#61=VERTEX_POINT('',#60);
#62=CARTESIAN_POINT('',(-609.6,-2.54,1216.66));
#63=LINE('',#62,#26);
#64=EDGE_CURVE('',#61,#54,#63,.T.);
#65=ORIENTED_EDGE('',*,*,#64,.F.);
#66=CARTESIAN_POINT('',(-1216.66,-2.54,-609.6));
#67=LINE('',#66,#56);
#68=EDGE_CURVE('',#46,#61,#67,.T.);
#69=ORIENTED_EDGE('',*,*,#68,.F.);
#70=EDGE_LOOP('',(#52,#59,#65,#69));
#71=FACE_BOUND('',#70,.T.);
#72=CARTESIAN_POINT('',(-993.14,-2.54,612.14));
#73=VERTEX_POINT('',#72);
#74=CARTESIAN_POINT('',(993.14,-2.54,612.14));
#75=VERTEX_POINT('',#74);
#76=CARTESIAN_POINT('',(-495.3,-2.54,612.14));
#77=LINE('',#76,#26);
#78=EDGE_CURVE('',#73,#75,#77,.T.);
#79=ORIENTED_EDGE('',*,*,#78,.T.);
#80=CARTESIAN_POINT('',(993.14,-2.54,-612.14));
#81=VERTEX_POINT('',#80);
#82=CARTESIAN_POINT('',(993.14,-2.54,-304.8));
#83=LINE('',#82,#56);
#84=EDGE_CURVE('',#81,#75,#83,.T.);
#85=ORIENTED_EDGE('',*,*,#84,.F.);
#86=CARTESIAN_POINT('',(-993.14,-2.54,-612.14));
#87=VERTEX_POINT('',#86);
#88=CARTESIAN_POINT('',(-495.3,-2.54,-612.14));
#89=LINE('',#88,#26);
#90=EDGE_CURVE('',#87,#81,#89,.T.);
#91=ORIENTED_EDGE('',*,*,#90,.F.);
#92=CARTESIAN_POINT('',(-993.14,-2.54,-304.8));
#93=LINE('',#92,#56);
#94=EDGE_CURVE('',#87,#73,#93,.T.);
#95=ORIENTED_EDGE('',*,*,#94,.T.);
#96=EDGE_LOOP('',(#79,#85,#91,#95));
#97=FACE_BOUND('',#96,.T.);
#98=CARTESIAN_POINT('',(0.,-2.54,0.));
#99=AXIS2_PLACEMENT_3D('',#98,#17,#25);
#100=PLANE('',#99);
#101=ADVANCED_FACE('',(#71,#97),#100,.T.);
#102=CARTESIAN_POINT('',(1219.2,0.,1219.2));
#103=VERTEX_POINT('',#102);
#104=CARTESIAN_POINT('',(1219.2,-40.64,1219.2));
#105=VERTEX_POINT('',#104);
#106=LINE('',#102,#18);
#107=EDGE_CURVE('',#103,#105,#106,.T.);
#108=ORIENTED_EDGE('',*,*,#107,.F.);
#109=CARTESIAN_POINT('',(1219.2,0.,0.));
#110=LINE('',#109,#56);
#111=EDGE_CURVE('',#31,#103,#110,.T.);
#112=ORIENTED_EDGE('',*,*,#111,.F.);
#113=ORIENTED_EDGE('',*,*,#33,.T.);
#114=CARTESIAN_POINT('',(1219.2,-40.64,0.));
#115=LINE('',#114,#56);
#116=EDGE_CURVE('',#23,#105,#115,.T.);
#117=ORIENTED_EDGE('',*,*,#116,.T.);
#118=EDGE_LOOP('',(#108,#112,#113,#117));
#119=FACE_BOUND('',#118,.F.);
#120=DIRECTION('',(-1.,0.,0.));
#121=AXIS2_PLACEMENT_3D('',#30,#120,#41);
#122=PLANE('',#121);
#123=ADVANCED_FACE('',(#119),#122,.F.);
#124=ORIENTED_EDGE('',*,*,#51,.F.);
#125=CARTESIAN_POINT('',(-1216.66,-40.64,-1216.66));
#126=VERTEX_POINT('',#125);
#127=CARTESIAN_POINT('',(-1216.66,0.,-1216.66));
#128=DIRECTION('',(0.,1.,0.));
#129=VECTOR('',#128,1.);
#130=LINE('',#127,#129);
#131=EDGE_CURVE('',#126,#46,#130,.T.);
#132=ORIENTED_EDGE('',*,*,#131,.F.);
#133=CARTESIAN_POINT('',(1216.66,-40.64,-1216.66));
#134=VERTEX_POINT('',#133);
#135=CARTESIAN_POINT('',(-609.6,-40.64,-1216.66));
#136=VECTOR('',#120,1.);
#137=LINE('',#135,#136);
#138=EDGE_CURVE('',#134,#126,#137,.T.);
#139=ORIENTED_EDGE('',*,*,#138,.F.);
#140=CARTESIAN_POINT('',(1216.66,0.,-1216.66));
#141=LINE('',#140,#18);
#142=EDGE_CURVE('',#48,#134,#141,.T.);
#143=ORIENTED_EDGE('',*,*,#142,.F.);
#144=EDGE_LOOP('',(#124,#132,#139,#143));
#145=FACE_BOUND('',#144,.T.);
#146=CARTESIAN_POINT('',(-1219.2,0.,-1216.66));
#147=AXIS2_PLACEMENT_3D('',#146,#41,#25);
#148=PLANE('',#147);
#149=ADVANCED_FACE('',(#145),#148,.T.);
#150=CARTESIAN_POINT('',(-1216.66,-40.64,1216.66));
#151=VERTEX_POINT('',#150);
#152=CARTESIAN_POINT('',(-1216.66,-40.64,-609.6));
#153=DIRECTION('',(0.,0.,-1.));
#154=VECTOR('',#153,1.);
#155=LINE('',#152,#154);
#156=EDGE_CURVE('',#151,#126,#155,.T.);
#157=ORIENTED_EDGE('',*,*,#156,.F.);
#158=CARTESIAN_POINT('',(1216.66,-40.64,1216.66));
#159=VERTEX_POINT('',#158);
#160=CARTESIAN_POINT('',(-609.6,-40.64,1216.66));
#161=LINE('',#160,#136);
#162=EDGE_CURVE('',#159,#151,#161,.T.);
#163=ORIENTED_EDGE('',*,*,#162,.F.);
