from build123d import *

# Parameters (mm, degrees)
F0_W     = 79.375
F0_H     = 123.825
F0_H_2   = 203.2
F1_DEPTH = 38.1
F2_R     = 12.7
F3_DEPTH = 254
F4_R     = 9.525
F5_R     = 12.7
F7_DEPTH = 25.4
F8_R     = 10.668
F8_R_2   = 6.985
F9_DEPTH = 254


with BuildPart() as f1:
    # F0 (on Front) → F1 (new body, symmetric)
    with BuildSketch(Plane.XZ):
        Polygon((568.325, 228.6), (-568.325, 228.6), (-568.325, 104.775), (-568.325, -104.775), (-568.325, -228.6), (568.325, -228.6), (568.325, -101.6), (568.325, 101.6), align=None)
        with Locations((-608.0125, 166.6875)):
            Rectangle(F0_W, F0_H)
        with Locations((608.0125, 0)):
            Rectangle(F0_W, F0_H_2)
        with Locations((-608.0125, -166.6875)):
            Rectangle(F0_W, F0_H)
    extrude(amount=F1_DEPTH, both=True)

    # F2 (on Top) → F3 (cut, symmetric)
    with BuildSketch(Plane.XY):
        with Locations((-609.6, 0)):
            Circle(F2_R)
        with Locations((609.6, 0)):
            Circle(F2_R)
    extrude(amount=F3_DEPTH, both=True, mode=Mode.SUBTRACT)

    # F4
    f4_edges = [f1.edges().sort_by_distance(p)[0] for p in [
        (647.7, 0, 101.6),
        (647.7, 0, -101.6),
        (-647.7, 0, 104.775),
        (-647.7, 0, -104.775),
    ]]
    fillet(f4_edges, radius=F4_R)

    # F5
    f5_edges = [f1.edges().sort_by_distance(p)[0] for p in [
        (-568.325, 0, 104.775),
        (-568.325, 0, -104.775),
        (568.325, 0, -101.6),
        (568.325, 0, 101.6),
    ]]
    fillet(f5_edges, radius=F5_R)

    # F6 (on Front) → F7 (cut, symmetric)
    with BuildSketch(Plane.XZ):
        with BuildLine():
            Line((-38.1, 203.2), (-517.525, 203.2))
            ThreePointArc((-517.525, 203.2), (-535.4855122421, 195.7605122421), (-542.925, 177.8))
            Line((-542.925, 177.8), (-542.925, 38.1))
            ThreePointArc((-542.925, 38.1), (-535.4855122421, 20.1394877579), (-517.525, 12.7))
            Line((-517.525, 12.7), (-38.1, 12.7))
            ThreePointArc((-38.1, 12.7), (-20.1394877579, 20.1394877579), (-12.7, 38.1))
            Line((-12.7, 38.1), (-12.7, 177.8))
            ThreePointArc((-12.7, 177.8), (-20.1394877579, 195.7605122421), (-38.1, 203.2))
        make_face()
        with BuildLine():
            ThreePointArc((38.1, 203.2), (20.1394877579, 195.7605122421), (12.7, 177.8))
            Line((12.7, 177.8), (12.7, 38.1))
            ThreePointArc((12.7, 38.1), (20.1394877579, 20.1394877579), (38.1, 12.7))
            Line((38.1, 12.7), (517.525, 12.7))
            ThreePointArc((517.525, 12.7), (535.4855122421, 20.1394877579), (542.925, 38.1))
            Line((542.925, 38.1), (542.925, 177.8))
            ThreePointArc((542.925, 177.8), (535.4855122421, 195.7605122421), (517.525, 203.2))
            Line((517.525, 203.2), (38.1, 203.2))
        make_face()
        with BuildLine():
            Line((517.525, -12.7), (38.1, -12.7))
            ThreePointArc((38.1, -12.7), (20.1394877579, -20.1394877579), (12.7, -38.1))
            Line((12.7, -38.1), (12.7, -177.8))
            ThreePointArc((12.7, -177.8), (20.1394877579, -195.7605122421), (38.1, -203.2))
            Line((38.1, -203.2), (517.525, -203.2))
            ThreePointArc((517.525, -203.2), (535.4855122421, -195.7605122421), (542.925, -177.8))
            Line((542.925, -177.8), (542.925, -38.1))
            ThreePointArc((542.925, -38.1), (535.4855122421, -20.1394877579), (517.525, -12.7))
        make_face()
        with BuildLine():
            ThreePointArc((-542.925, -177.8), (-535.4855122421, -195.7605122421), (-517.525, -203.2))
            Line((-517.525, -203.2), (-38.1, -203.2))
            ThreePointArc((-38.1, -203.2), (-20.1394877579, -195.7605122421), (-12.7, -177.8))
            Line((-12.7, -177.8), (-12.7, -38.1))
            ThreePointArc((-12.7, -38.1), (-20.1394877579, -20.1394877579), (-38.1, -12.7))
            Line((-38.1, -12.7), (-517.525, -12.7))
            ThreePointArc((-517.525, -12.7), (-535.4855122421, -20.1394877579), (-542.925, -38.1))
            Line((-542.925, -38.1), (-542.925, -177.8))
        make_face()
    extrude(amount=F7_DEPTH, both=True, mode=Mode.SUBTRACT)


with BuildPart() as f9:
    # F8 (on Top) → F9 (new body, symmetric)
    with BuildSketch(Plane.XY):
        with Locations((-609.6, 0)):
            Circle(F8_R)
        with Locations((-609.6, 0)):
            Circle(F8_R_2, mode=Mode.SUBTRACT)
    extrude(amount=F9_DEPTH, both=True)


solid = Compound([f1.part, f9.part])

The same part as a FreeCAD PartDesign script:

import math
import FreeCAD as App
import Part
import Sketcher
Q = App.Units.Quantity


def edges_at(feature, points):
    """Names of the edges that pass closest to the given points."""
    edges = feature.Shape.Edges
    near = lambda p: min(range(len(edges)), key=lambda i: edges[i].distToShape(Part.Vertex(*p))[0])
    return sorted({f"Edge{near(p) + 1}" for p in points})


def add_polygon(sketch, points):
    """Adds a closed chain of lines whose ends are joined by coincident constraints."""
    first, n = sketch.GeometryCount, len(points)
    for a, b in zip(points, points[1:] + points[:1]):
        sketch.addGeometry(Part.LineSegment(App.Vector(*a, 0), App.Vector(*b, 0)), False)
    for i in range(n):
        sketch.addConstraint(Sketcher.Constraint("Coincident", first + i, 2, first + (i + 1) % n, 1))

doc = App.newDocument("Part")
params = doc.addObject("Spreadsheet::Sheet", "Params")
for row, (alias, value) in enumerate([
    ("sketch1_height", "5 in"),
    ("sketch1_height2", "8 in"),
    ("sketch1_height3", "8.25 in"),
    ("sketch1_width", "47.875 in"),
    ("pad1_length", "3 in"),
    ("sketch2_diameter", "1 in"),
    ("pocket1_length", "20 in"),
    ("fillet_radius", "0.375 in"),
    ("fillet2_radius", "0.5 in"),
    ("sketch3_radius", "1 in"),
    ("sketch3_height", "5.5 in"),
    ("sketch3_width", "18.875 in"),
    ("pocket2_length", "2 in"),
    ("sketch4_diameter", "0.84 in"),
    ("sketch4_diameter2", "0.55 in"),
    ("pad2_length", "20 in"),
], start=1):
    params.set(f"A{row}", alias)
    params.set(f"B{row}", "=" + value)
    params.setAlias(f"B{row}", alias)

body = doc.addObject("PartDesign::Body", "Body")

# Sketch on XZ plane
sketch1 = body.newObject("Sketcher::SketchObject", "Sketch")
sketch1.AttachmentSupport = (doc.getObject("XZ_Plane"), [""])
sketch1.MapMode = "FlatFace"
add_polygon(sketch1, [(568, 229), (-648, 229), (-648, 105), (-568, 105), (-568, -105), (-648, -105), (-648, -229), (568, -229), (568, -102), (648, -102), (648, 102), (568, 102)])  # lines 0-11
sketch1.addConstraint(Sketcher.Constraint("Horizontal", 0))
sketch1.addConstraint(Sketcher.Constraint("Vertical", 1))
sketch1.addConstraint(Sketcher.Constraint("Horizontal", 2))
sketch1.addConstraint(Sketcher.Constraint("Vertical", 3))
sketch1.addConstraint(Sketcher.Constraint("Horizontal", 4))
sketch1.addConstraint(Sketcher.Constraint("Vertical", 5))
sketch1.addConstraint(Sketcher.Constraint("Horizontal", 6))
sketch1.addConstraint(Sketcher.Constraint("Vertical", 7))
sketch1.addConstraint(Sketcher.Constraint("Horizontal", 8))
sketch1.addConstraint(Sketcher.Constraint("Vertical", 9))
sketch1.addConstraint(Sketcher.Constraint("Horizontal", 10))
sketch1.addConstraint(Sketcher.Constraint("Vertical", 11))
sketch1.addConstraint(Sketcher.Constraint("Symmetric", 1, 2, 4, 2, -1))
sketch1.addConstraint(Sketcher.Constraint("Symmetric", 7, 2, 10, 2, -1))
sketch1.addConstraint(Sketcher.Constraint("Equal", 4, 8))
sketch1.addConstraint(Sketcher.Constraint("Equal", 1, 5))
sketch1.addConstraint(Sketcher.Constraint("DistanceY", 7, 1, 7, 2, Q("5 in")))
sketch1.addConstraint(Sketcher.Constraint("DistanceY", 9, 1, 9, 2, Q("8 in")))
sketch1.addConstraint(Sketcher.Constraint("DistanceX", 4, 2, 8, 2, Q("51 in")))
sketch1.addConstraint(Sketcher.Constraint("DistanceY", 3, 2, 3, 1, Q("8.25 in")))
sketch1.addConstraint(Sketcher.Constraint("DistanceX", 0, 2, -1, 1, Q("25.5 in")))
sketch1.addConstraint(Sketcher.Constraint("DistanceX", 0, 2, 0, 1, Q("47.875 in")))
sketch1.setExpression("Constraints[28]", "Params.sketch1_height")
sketch1.setExpression("Constraints[29]", "Params.sketch1_height2")
sketch1.setExpression("Constraints[31]", "Params.sketch1_height3")
sketch1.setExpression("Constraints[33]", "Params.sketch1_width")
pad1 = body.newObject("PartDesign::Pad", "Pad")
pad1.Profile = sketch1
pad1.setExpression("Length", "Params.pad1_length")
pad1.Midplane = True

# Sketch on XY plane
sketch2 = body.newObject("Sketcher::SketchObject", "Sketch001")
sketch2.AttachmentSupport = (doc.getObject("XY_Plane"), [""])
sketch2.MapMode = "FlatFace"
sketch2.addGeometry(Part.Circle(App.Vector(-610, 0, 0), App.Vector(0, 0, 1), 13), False)
sketch2.addGeometry(Part.Circle(App.Vector(610, 0, 0), App.Vector(0, 0, 1), 13), False)
sketch2.addConstraint(Sketcher.Constraint("Equal", 0, 1))
sketch2.addConstraint(Sketcher.Constraint("Symmetric", 0, 3, 1, 3, -1, 1))
sketch2.addConstraint(Sketcher.Constraint("PointOnObject", 0, 3, -1))
sketch2.addConstraint(Sketcher.Constraint("Diameter", 0, Q("1 in")))
sketch2.addConstraint(Sketcher.Constraint("DistanceX", 0, 3, -1, 1, Q("24 in")))
sketch2.setExpression("Constraints[3]", "Params.sketch2_diameter")
pocket1 = body.newObject("PartDesign::Pocket", "Pocket")
pocket1.Profile = sketch2
pocket1.setExpression("Length", "Params.pocket1_length")
pocket1.Midplane = True
doc.recompute()

fillet = body.newObject("PartDesign::Fillet", "Fillet")
fillet.Base = (pocket1, edges_at(pocket1, [
    (647.7, 0, 101.6),
    (647.7, 0, -101.6),
    (-647.7, 0, 104.775),
    (-647.7, 0, -104.775),
]))
fillet.setExpression("Radius", "Params.fillet_radius")
doc.recompute()

fillet2 = body.newObject("PartDesign::Fillet", "Fillet001")
fillet2.Base = (fillet, edges_at(fillet, [
    (-568.325, 0, 104.775),
    (-568.325, 0, -104.775),
    (568.325, 0, -101.6),
    (568.325, 0, 101.6),
]))
fillet2.setExpression("Radius", "Params.fillet2_radius")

Activity —
Reply with one number only, the count of lines above that hold the string "DIRECTION".

Solution to the exercise —
3